Transcribe, word for word and without additions, each line below from the one containing "# Sketch4 → Boss-Extrude3 (add)" through the one containing "# Sketch6 → Cut-Extrude1 (cut)", both ends included.

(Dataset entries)
>>>

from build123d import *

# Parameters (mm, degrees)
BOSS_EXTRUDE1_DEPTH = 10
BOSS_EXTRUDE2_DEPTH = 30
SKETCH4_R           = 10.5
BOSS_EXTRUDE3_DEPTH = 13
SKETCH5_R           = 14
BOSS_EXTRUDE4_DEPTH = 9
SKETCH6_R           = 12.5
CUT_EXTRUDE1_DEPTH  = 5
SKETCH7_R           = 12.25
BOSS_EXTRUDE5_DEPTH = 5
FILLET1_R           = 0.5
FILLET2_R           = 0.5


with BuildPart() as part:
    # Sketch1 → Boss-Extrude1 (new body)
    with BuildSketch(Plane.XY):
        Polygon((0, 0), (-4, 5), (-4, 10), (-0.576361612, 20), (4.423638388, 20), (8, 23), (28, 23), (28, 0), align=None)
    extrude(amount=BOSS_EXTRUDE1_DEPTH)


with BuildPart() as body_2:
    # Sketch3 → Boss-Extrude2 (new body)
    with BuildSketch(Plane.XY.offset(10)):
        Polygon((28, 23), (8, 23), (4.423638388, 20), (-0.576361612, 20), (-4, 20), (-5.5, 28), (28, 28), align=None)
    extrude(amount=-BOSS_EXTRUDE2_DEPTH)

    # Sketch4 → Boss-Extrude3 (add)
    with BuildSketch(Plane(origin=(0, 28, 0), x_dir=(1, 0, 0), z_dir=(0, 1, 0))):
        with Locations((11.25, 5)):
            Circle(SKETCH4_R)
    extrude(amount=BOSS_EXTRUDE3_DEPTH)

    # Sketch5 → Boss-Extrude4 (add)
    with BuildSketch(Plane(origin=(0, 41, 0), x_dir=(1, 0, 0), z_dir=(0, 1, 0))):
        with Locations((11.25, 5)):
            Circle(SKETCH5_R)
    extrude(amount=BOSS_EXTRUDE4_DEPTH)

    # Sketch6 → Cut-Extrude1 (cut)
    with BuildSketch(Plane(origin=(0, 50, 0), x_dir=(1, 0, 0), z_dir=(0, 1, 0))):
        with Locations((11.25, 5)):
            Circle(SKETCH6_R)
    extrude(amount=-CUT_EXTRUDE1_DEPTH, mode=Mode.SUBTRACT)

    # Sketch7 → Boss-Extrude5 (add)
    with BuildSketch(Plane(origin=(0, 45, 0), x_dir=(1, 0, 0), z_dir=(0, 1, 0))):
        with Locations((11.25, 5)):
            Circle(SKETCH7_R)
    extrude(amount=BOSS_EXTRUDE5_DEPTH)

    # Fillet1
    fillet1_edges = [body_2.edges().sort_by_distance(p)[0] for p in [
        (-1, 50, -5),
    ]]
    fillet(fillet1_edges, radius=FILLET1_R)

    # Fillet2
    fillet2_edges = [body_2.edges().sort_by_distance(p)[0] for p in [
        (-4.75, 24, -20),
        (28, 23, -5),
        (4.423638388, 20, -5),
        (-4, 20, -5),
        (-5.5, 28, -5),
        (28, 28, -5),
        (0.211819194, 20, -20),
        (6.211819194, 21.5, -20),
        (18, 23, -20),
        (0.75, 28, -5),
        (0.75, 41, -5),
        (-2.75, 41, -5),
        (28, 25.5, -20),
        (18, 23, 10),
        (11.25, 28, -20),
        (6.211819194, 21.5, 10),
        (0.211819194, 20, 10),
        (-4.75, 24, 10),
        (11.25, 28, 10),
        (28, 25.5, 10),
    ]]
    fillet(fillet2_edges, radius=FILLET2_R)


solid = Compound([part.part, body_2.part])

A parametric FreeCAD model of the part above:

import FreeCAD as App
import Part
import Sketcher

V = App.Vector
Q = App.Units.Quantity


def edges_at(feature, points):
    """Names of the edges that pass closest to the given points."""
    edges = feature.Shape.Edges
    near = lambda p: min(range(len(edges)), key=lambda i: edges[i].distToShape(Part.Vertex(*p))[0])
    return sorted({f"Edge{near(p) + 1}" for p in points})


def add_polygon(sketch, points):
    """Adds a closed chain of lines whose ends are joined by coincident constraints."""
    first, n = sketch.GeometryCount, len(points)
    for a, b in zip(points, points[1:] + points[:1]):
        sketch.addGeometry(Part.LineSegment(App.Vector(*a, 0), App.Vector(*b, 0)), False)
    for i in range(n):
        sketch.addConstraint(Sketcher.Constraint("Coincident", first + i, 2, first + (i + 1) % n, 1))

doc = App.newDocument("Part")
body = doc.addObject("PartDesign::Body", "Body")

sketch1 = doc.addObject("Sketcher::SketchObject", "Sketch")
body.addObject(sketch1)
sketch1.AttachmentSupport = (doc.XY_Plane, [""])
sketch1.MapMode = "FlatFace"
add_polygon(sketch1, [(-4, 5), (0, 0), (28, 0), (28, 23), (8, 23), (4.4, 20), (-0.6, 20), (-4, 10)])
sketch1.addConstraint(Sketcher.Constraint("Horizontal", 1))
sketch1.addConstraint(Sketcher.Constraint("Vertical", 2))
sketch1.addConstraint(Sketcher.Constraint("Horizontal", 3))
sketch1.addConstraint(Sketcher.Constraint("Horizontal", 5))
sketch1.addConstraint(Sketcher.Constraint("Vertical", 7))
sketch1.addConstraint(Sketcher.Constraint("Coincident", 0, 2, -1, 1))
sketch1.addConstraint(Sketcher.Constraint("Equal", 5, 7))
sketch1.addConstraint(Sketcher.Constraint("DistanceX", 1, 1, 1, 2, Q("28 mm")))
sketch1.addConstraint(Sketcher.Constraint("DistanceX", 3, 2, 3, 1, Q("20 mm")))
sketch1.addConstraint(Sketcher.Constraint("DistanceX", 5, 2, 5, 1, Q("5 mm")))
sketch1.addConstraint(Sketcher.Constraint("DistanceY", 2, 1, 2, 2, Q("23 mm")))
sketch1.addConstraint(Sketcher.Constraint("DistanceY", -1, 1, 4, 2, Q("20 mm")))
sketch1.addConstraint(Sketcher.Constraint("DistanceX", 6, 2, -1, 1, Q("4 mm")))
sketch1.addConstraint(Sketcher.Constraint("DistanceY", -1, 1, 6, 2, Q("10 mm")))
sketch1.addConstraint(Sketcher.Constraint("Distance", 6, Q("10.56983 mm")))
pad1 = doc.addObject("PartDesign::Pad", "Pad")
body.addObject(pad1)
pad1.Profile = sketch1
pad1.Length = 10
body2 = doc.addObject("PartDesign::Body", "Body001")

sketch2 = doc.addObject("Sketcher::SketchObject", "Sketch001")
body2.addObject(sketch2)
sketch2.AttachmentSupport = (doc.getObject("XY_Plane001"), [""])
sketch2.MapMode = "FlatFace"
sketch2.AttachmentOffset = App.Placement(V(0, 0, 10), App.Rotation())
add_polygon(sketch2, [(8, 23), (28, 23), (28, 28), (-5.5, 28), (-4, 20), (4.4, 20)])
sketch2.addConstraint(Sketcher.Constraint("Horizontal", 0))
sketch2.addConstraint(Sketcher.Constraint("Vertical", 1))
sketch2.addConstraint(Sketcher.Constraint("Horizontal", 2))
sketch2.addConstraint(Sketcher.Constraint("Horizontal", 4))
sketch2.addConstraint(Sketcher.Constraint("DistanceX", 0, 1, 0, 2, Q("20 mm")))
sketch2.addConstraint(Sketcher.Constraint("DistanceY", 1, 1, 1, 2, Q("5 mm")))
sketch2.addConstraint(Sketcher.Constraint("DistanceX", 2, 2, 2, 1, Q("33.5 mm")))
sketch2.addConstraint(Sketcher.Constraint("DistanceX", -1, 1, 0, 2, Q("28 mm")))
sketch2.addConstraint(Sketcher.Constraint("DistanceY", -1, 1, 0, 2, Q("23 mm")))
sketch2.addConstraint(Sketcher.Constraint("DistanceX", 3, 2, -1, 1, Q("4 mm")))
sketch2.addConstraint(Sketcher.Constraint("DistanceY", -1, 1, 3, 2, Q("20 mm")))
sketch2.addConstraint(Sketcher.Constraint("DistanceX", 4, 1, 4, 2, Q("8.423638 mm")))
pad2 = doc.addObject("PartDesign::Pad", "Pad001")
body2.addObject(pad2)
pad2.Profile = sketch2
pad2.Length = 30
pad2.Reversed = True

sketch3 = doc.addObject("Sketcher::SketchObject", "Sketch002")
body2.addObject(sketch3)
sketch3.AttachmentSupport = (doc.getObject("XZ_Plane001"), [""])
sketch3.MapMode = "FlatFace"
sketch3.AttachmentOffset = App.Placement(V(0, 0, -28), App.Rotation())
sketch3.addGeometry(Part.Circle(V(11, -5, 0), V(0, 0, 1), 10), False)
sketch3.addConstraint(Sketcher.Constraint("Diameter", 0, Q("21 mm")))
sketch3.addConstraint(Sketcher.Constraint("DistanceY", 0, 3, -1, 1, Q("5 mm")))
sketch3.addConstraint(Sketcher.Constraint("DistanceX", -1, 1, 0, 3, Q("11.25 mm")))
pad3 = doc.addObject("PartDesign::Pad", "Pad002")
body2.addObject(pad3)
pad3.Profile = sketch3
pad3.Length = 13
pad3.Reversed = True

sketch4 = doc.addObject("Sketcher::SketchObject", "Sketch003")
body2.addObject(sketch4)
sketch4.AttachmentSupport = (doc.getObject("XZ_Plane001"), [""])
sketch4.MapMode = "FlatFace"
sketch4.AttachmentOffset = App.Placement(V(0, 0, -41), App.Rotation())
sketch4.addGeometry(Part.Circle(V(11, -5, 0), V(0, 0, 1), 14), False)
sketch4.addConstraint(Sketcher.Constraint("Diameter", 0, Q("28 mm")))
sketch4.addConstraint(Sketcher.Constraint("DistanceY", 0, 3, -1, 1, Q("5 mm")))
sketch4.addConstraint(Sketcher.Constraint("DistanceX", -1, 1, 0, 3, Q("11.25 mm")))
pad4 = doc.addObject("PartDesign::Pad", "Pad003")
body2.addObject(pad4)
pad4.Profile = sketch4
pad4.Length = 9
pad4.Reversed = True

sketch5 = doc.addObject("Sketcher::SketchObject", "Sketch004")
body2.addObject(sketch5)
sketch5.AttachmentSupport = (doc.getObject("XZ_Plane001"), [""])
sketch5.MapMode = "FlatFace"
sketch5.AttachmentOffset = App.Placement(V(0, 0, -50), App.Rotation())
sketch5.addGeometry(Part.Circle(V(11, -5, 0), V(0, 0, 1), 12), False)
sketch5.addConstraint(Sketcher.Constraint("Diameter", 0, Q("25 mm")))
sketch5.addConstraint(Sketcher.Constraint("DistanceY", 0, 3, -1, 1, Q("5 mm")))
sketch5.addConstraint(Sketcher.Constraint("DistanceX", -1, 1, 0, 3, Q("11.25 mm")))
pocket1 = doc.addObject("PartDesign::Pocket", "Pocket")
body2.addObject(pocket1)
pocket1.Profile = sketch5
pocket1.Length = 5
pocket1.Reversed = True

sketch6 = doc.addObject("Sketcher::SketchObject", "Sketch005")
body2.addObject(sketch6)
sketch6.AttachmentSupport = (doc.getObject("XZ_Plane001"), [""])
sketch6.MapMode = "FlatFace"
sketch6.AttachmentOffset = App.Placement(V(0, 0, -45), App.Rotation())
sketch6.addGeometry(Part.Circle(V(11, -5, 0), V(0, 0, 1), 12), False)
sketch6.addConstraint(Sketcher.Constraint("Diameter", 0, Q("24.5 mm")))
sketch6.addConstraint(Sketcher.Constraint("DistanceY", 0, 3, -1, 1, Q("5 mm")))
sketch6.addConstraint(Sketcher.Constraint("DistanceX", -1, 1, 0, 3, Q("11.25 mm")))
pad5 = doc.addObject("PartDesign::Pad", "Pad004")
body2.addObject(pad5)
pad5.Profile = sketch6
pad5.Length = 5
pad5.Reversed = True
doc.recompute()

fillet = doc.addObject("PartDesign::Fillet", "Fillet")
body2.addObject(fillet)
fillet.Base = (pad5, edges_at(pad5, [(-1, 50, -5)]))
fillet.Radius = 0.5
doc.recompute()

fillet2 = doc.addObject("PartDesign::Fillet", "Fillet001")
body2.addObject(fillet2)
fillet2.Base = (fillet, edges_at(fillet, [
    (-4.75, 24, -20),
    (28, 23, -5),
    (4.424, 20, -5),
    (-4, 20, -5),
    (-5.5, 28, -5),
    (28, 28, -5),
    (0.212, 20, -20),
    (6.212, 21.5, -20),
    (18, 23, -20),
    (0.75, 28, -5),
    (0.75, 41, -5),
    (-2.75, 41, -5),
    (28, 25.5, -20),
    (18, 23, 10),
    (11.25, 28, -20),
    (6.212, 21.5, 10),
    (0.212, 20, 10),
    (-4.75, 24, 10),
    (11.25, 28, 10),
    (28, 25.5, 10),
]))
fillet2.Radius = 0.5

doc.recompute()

<<<

#### [WRITTEN ANSWER]
    # Sketch4 → Boss-Extrude3 (add)
    with BuildSketch(Plane(origin=(0, 28, 0), x_dir=(1, 0, 0), z_dir=(0, 1, 0))):
        with Locations((11.25, 5)):
            Circle(SKETCH4_R)
    extrude(amount=BOSS_EXTRUDE3_DEPTH)

    # Sketch5 → Boss-Extrude4 (add)
    with BuildSketch(Plane(origin=(0, 41, 0), x_dir=(1, 0, 0), z_dir=(0, 1, 0))):
        with Locations((11.25, 5)):
            Circle(SKETCH5_R)
    extrude(amount=BOSS_EXTRUDE4_DEPTH)

    # Sketch6 → Cut-Extrude1 (cut)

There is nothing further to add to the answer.